پديد آورندگان :
ابراهيمي، مريم نويسنده دانشگاه آزاد اسلامي علوم و تحقيقات تهران,; Ebrahimi, M , خميري، مرتضي نويسنده دانشگاه علوم كشاورزي و منابع طبيعي گرگان Khomeid , M , مقصودلو، يحيي نويسنده دانشگاه علوم كشاورزي و منابع طبيعي گرگان- دانشكده صنايع غذايي- دانشيار maghsoudlou, yahya
چكيده لاتين :
Introduction:Toxigenic fungi such as A. flavus grow widely in peanut and produce aflatoxins, a group of carcinogenic metabolites. Aflatoxin produced in peanut differed from the genetic variety of plant. The high humidity and moderate temperatures in the subtropical Caspian littoral of northern Iran could increase the growth of A. flavus and the production of aflatoxin. The objectives of this study were 1) to determine the chemical composition of peanut cultivars grown in Golestan Province, Iran, 2)to select resistant variety of peanut to aflaoxigenic A. flavus growth and 3) to evaluate relationship between A. flavus growth and changes in oleic and linoleic acid content and peroxide value.
Materials and method: Peanut samples were used from four important varieties of peanut, Goli, Mahalli, China and India. those have been harvested from farms in Golestan province, Iran. Fat, protein, ash, moisture, reducing sugar, AFB1 content and peroxide value in each sample were measured by the standard method of AOAC. Fatty acids of the peanut seed oil were analyzed using gas chromatography (GC, Varian CP-3800 model) with a flame ionization detector (FID) and a DB-WAX column (50 m × 0.32 mm ×0.2 µm). To study the effects of A. flavus on peanut varieties, they were sterilized with 0.5% NaClO solution and then one ml of A. flavus spore suspension was added to every 20gr disinfected peanut and was placed in the incubator for eight days at 26°C. After incubation, the number of seeds colonized by fungi, spore production, AFB1 production, the association between colonization rate of hydrolysis of fatty acids and peroxide value were determined.
Results and Discussion: The results showed that there were significant differences (P < 0.05) in the oil, moisture, protein, ash, reducing sugar, oleic acid and linoleic acid content between peanut varieties. Average values for the main constituents of peanuts are the following: (oil: 44.77-51.26% , moisture: 3.33-3.56%, protein: 20.02-24.28%, Ash: 1.98-2.43%, reducing sugar: 3.56-4.53%, oleic acid: 43.16-59.33% and linoleic acid: 25.19-36.84%).
In order to study the susceptibility of peanut varieties to aflatoxigenic, A.flavus growth, colonization rate, aflatoxin B1 and spore production on peanut kernels were evaluated at the end of 8 days of incubation. The results showed that there were also significant differences (P < 0.05) between the colonization rates for different peanut varieties at the eighth day of inoculation. The India and China varieties had the highest colonization rates, at 100 and 95.21%, respectively. The Goli and Mahali varieties had the lowest colonization rates, at 81.61 and 89.6%, respectively. Furthermore, at the end of the eighth day of inoculation, A. flavus had covered the India and China varieties completely, but had covered the Goli and Mahali varieties only slightly.
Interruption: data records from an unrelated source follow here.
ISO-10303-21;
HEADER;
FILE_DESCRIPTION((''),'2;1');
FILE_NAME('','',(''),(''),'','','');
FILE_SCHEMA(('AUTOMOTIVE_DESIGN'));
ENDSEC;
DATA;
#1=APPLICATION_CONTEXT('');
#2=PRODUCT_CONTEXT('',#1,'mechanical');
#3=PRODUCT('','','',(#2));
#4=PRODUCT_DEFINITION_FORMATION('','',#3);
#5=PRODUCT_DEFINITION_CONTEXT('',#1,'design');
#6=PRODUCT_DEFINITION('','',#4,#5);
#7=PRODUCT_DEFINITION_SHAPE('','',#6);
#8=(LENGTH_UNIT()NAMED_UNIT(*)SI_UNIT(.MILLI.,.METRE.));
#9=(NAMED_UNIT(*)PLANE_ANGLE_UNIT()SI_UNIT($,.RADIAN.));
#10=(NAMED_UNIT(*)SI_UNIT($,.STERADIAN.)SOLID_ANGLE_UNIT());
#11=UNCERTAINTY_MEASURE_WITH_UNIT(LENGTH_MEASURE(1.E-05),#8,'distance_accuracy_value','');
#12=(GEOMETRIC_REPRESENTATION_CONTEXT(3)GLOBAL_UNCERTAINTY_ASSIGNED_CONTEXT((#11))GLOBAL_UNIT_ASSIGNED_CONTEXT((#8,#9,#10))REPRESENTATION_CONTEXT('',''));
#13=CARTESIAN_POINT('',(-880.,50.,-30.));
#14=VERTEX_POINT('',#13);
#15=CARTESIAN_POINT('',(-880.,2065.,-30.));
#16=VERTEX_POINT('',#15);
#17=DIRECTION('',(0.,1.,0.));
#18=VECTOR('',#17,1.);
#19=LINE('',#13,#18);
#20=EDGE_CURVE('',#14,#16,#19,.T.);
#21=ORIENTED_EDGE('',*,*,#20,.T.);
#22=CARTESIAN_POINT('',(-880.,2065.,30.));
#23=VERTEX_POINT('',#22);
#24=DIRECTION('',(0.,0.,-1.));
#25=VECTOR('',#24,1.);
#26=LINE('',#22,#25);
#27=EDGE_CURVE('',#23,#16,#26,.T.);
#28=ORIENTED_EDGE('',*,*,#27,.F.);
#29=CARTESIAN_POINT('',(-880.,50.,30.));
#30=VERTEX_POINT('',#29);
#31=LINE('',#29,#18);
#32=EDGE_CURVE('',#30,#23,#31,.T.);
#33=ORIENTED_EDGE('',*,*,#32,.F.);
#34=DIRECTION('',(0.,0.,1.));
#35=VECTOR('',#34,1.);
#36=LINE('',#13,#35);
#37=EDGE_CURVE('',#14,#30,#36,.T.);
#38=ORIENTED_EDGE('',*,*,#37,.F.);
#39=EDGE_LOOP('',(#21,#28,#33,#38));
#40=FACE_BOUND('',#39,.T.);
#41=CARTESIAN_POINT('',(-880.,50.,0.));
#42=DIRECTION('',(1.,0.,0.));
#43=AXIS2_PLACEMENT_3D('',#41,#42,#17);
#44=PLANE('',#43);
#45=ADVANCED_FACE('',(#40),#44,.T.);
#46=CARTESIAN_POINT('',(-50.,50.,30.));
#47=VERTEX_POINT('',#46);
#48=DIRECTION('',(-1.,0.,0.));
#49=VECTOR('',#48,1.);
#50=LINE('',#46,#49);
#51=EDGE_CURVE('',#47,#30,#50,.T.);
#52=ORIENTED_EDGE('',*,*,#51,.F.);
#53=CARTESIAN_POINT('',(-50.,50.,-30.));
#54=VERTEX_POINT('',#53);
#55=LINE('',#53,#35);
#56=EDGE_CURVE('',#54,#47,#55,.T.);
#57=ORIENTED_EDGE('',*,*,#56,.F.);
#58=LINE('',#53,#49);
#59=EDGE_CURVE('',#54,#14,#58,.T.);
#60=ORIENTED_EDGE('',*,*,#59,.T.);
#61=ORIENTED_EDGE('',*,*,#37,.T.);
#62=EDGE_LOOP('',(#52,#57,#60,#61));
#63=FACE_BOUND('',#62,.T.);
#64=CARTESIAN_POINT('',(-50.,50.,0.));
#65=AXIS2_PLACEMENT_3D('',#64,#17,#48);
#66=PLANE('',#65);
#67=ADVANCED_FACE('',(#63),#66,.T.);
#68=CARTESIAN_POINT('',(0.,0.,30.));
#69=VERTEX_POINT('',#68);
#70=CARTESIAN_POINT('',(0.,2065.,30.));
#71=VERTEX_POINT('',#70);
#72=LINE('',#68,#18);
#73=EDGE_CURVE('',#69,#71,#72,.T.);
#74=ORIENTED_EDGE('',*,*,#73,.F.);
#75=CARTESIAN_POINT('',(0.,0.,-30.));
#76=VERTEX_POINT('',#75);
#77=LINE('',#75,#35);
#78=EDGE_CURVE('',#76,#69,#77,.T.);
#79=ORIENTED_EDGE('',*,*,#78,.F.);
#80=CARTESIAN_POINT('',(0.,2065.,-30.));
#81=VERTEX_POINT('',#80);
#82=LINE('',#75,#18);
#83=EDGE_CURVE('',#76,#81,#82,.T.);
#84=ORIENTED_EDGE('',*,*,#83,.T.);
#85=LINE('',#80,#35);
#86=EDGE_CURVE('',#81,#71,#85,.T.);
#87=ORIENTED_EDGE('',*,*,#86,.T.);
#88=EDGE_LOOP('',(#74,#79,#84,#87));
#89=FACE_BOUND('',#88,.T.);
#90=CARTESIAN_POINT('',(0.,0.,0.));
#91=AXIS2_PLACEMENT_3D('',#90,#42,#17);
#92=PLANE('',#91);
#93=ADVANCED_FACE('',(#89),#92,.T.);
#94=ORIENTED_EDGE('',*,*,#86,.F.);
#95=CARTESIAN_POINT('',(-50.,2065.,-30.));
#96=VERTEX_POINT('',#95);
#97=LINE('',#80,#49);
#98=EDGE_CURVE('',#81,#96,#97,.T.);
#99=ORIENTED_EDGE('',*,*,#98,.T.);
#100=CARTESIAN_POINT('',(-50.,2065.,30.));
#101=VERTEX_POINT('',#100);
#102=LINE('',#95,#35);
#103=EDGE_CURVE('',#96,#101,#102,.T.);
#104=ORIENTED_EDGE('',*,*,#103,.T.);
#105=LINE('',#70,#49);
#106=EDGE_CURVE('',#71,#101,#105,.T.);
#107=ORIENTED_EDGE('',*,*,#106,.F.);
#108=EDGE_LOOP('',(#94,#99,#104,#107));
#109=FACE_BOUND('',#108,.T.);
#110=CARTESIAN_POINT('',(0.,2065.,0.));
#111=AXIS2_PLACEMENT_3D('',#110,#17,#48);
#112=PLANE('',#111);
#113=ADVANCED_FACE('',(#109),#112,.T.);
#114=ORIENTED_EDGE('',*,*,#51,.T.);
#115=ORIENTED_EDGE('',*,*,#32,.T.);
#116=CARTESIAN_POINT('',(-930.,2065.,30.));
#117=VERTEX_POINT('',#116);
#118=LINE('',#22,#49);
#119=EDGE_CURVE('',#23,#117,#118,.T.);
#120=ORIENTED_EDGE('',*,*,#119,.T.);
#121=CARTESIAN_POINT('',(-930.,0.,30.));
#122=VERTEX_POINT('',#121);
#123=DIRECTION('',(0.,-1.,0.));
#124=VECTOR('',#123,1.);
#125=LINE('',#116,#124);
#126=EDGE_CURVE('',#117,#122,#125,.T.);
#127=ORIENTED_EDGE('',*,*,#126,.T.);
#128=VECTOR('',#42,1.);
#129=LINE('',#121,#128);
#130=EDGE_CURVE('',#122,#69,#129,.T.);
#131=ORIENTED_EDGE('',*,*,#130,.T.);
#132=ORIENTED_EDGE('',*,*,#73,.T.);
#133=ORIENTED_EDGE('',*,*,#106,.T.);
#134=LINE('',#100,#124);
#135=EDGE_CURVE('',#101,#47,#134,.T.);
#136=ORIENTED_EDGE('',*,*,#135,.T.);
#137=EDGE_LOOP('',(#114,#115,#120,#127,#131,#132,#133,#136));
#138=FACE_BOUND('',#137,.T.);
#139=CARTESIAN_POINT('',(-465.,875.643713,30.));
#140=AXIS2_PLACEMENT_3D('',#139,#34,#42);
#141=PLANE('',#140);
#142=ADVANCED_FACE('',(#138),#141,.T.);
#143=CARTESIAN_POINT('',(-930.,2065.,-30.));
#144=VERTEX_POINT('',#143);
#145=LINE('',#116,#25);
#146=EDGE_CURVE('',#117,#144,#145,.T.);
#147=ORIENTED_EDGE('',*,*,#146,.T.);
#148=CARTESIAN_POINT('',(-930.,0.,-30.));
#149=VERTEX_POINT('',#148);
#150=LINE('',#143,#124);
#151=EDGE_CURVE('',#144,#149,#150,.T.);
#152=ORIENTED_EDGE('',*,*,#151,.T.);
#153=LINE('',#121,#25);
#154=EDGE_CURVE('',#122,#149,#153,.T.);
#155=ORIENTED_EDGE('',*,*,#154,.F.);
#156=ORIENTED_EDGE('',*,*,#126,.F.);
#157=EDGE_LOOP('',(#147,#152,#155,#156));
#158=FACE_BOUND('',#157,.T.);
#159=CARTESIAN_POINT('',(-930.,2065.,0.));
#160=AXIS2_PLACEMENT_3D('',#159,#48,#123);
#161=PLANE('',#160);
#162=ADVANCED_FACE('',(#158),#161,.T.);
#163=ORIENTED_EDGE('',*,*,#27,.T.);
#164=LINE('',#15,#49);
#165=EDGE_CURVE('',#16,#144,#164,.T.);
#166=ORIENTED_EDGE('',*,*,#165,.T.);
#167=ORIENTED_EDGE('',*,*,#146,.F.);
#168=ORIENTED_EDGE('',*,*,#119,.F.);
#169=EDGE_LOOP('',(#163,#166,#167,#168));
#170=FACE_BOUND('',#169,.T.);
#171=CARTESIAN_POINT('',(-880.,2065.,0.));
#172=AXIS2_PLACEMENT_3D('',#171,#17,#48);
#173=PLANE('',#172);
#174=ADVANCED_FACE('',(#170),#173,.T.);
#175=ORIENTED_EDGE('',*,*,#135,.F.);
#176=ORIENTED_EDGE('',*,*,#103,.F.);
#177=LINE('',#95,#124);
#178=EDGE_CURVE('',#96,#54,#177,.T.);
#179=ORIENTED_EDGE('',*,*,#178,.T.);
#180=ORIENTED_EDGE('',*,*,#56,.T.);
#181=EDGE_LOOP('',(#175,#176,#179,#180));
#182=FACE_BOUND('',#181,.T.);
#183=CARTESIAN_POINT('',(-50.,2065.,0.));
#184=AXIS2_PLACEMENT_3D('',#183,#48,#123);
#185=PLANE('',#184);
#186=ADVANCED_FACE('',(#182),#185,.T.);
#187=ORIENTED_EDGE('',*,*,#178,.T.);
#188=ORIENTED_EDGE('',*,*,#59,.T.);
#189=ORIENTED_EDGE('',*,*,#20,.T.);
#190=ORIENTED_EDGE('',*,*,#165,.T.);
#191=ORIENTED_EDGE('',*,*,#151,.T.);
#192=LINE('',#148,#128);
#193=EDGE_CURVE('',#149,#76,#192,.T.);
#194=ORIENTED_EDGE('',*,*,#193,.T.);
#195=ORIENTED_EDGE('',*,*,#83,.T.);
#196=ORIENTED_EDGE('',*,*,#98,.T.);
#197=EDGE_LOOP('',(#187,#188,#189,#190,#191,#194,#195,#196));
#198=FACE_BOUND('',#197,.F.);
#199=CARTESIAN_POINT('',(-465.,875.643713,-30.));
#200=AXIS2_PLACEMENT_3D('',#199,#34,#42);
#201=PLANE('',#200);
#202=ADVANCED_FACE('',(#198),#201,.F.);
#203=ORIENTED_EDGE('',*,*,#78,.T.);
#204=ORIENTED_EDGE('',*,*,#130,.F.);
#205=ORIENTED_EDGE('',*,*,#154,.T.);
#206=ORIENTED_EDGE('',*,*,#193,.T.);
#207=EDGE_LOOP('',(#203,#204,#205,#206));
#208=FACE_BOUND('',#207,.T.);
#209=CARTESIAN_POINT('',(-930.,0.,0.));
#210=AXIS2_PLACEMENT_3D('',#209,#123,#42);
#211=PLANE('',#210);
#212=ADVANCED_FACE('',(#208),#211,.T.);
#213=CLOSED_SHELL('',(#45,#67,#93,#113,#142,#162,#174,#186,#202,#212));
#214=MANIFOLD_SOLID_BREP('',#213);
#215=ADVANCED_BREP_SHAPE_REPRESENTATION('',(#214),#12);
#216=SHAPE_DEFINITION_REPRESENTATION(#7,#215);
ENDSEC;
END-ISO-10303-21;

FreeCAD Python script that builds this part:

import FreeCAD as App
import Part
import Sketcher

doc = App.newDocument("Part")
body = doc.addObject("PartDesign::Body", "Body")

sketch1 = body.newObject("Sketcher::SketchObject", "Sketch")
sketch1.AttachmentSupport = (doc.getObject("XY_Plane"), [""])
sketch1.MapMode = "FlatFace"
sketch1.addGeometry([
    Part.LineSegment(App.Vector(-930, 0, 0), App.Vector(0, 0, 0)),
    Part.LineSegment(App.Vector(0, 0, 0), App.Vector(0, 2065, 0)),
    Part.LineSegment(App.Vector(0, 2065, 0), App.Vector(-50, 2065, 0)),
    Part.LineSegment(App.Vector(-50, 2065, 0), App.Vector(-50, 50, 0)),
    Part.LineSegment(App.Vector(-50, 50, 0), App.Vector(-880, 50, 0)),
    Part.LineSegment(App.Vector(-880, 50, 0), App.Vector(-880, 2065, 0)),
    Part.LineSegment(App.Vector(-880, 2065, 0), App.Vector(-930, 2065, 0)),
    Part.LineSegment(App.Vector(-930, 2065, 0), App.Vector(-930, 0, 0)),
], False)
sketch1.addConstraint([
    Sketcher.Constraint("Coincident", 0, 2, 1, 1),
    Sketcher.Constraint("Coincident", 1, 2, 2, 1),
    Sketcher.Constraint("Coincident", 2, 2, 3, 1),
    Sketcher.Constraint("Coincident", 3, 2, 4, 1),
    Sketcher.Constraint("Coincident", 4, 2, 5, 1),
    Sketcher.Constraint("Coincident", 5, 2, 6, 1),
    Sketcher.Constraint("Coincident", 6, 2, 7, 1),
    Sketcher.Constraint("Coincident", 7, 2, 0, 1),
    Sketcher.Constraint("Horizontal", 0),
    Sketcher.Constraint("Vertical", 1),
    Sketcher.Constraint("Horizontal", 2),
    Sketcher.Constraint("Vertical", 3),
    Sketcher.Constraint("Horizontal", 4),
    Sketcher.Constraint("Vertical", 5),
    Sketcher.Constraint("Horizontal", 6),
    Sketcher.Constraint("Vertical", 7),
    Sketcher.Constraint("Coincident", 0, 2, -1, 1),
    Sketcher.Constraint("Horizontal", 2, 2, 5, 2),
    Sketcher.Constraint("Equal", 2, 6),
    Sketcher.Constraint("DistanceX", 0, 1, 0, 2, 930.0),
    Sketcher.Constraint("DistanceX", 2, 2, 2, 1, 50.0),
    Sketcher.Constraint("DistanceY", 1, 1, 1, 2, 2065.0),
    Sketcher.Constraint("DistanceY", 3, 2, 3, 1, 2015.0),
])
pad1 = body.newObject("PartDesign::Pad", "Pad")
pad1.Profile = sketch1
pad1.Length = 60
pad1.Midplane = True

doc.recompute()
For this reason, additional experiments evaluated the content of spore production with a haemocytometer. It was observed that the Goli variety had the minimum spore production, and the India variety had the maximum spore production. Therefore, it can be said that the India variety was most susceptible to the A. flavus, followed by (in descending order) the China, Goli and Mahali varieties. Dissimilarity in host resistance to aflatoxigenic A. flavus is due to difference in host genotype. One of the strategies to decrease the risk of aflatoxin contamination is the cultivation of genotypes with resistance to Aspergillus infection. Some factors found to be associated with resistance to seed colonization by aflatoxigenic A. flavus are cell structure, cell arrangement, permeability, wax layer and tannin content, fatty acid and amino-acid peanut components.
In another part of the study, the production of aflatoxin was assessed. Results indicated that the India (highest sensitivity to mold) and Goli (least sensitivity to mold) varieties were contained the maximum and minimum aflatoxin content, respectively. Results also showed that growth of A. flavus on peanut increased the proxide value whereas decreased oleic and linoleic acid content. A. flavus hydrolyzes oil when grown on the oil medium and produces free fatty acid. Aspergillus uses of free fatty acid (oleic and linoleic acid) in form of hydroperoxy for production of sexual and asexual bodies. Therefore with production of hydroperoxy molecules increase proxide value and decreased oleic and linoleic acid content in the oil peanut that extracted of peanut with mycelium.
Conclusion: Linoleic acid and fat content had significant relationship with A. flavus growth and AFB1 production. it seems, it is possible to control the A. flavus growth and AFB1 production by Choosing varieties that have less acid linoleic and fat content.